[Opening DATA FOR THIS EXERCISE section]

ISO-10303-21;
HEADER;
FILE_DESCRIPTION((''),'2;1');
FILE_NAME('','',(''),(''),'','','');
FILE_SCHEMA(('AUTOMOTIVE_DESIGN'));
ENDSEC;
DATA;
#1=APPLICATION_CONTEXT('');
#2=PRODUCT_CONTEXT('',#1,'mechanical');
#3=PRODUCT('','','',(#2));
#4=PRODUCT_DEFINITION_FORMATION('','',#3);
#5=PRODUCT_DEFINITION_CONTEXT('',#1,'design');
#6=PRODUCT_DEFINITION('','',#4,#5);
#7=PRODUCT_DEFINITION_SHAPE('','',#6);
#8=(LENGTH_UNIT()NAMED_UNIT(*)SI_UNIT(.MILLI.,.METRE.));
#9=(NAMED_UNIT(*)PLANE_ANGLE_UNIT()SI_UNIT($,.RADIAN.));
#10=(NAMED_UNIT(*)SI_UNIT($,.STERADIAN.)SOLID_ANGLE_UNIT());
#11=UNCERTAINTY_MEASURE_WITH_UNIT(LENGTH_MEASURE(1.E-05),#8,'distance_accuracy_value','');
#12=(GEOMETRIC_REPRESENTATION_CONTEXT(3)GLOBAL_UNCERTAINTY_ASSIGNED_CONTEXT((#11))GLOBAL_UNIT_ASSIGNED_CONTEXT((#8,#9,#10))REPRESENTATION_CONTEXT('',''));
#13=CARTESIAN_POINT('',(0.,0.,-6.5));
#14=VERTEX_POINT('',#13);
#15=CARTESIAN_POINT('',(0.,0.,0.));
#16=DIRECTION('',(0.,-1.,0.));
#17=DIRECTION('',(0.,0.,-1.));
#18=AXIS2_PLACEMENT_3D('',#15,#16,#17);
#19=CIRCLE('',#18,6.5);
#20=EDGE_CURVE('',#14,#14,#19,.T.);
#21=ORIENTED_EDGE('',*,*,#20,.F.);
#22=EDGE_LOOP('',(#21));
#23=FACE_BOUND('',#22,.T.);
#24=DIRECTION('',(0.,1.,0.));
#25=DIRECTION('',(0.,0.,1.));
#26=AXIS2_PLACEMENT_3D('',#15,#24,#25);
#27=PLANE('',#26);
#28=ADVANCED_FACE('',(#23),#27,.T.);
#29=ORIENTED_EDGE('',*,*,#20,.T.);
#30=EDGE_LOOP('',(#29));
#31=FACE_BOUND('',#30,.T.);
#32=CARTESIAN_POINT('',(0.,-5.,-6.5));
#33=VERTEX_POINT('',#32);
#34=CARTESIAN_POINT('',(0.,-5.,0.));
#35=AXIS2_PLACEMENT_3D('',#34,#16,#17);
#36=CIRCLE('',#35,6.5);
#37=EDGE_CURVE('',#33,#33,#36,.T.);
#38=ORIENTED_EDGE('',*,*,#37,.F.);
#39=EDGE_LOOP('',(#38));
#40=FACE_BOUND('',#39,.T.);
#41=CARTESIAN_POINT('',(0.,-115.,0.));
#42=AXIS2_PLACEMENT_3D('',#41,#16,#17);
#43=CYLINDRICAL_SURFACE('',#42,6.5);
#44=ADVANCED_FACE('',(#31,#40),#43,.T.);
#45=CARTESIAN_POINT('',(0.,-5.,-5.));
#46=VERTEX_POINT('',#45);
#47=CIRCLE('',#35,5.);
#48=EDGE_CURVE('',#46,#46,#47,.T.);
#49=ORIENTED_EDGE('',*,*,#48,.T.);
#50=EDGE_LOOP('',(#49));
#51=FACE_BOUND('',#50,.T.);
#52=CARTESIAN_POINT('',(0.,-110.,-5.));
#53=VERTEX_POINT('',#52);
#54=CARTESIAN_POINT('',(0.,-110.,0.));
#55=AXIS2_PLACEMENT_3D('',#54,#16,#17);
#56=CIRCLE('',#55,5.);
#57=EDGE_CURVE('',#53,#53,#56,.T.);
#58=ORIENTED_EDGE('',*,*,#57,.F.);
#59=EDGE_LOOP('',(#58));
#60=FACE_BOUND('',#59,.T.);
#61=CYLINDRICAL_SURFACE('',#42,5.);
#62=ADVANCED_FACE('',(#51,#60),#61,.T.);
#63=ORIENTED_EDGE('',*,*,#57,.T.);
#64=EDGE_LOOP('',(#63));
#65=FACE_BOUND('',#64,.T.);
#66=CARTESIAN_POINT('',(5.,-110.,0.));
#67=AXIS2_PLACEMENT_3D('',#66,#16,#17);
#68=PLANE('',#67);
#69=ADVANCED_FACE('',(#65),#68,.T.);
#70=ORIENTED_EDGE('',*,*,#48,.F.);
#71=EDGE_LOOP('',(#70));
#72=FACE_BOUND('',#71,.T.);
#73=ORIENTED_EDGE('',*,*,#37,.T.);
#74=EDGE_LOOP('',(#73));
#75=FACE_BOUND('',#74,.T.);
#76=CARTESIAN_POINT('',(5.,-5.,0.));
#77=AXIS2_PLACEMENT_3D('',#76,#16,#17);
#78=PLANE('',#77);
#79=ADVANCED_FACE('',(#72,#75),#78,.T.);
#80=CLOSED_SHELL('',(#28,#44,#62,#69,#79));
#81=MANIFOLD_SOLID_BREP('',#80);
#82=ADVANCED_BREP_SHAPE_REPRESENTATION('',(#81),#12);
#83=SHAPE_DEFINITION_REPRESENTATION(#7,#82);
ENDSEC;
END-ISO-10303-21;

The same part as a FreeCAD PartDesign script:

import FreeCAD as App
import Part
import Sketcher
Q = App.Units.Quantity

doc = App.newDocument("Part")
body = doc.addObject("PartDesign::Body", "Body")

# Sketch on XY plane
sketch1 = body.newObject("Sketcher::SketchObject", "Sketch")
sketch1.AttachmentSupport = (doc.getObject("XY_Plane"), [""])
sketch1.MapMode = "FlatFace"
sketch1.addGeometry(Part.LineSegment(App.Vector(6.5, 0, 0), App.Vector(0, 0, 0)), False)
sketch1.addGeometry(Part.LineSegment(App.Vector(0, 0, 0), App.Vector(0, -110, 0)), False)
sketch1.addGeometry(Part.LineSegment(App.Vector(0, -110, 0), App.Vector(5, -110, 0)), False)
sketch1.addGeometry(Part.LineSegment(App.Vector(5, -110, 0), App.Vector(5, -5, 0)), False)
sketch1.addGeometry(Part.LineSegment(App.Vector(5, -5, 0), App.Vector(6.5, -5, 0)), False)
sketch1.addGeometry(Part.LineSegment(App.Vector(6.5, -5, 0), App.Vector(6.5, 0, 0)), False)
sketch1.addConstraint(Sketcher.Constraint("Coincident", 0, 2, 1, 1))
sketch1.addConstraint(Sketcher.Constraint("Coincident", 1, 2, 2, 1))
sketch1.addConstraint(Sketcher.Constraint("Coincident", 2, 2, 3, 1))
sketch1.addConstraint(Sketcher.Constraint("Coincident", 3, 2, 4, 1))
sketch1.addConstraint(Sketcher.Constraint("Coincident", 4, 2, 5, 1))
sketch1.addConstraint(Sketcher.Constraint("Coincident", 5, 2, 0, 1))
sketch1.addConstraint(Sketcher.Constraint("Horizontal", 0))
sketch1.addConstraint(Sketcher.Constraint("Vertical", 1))
sketch1.addConstraint(Sketcher.Constraint("Horizontal", 2))
sketch1.addConstraint(Sketcher.Constraint("Vertical", 3))
sketch1.addConstraint(Sketcher.Constraint("Horizontal", 4))
sketch1.addConstraint(Sketcher.Constraint("Vertical", 5))
sketch1.addConstraint(Sketcher.Constraint("Coincident", 0, 2, -1, 1))
sketch1.addConstraint(Sketcher.Constraint("Equal", 2, 5))
sketch1.addConstraint(Sketcher.Constraint("DistanceX", 2, 1, 2, 2, Q("5 mm")))
sketch1.addConstraint(Sketcher.Constraint("DistanceY", 1, 2, 1, 1, Q("110 mm")))
sketch1.addConstraint(Sketcher.Constraint("DistanceX", 0, 2, 0, 1, Q("6.5 mm")))
revolution = body.newObject("PartDesign::Revolution", "Revolution")
revolution.Profile = sketch1
revolution.ReferenceAxis = (sketch1, ["V_Axis"])
revolution.Angle = 360

doc.recompute()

[Closing DATA FOR THIS EXERCISE section]

[PROBLEM DESCRIPTION]:
Starting with the line with "#65=FACE_BOUND('',#64,.T.);" above and going on through the line with "#74=EDGE_LOOP('',(#73));", transcribe every line exactly, both ends included, and add nothing.

[EXERCISE RESPONSE]:
#65=FACE_BOUND('',#64,.T.);
#66=CARTESIAN_POINT('',(5.,-110.,0.));
#67=AXIS2_PLACEMENT_3D('',#66,#16,#17);
#68=PLANE('',#67);
#69=ADVANCED_FACE('',(#65),#68,.T.);
#70=ORIENTED_EDGE('',*,*,#48,.F.);
#71=EDGE_LOOP('',(#70));
#72=FACE_BOUND('',#71,.T.);
#73=ORIENTED_EDGE('',*,*,#37,.T.);
#74=EDGE_LOOP('',(#73));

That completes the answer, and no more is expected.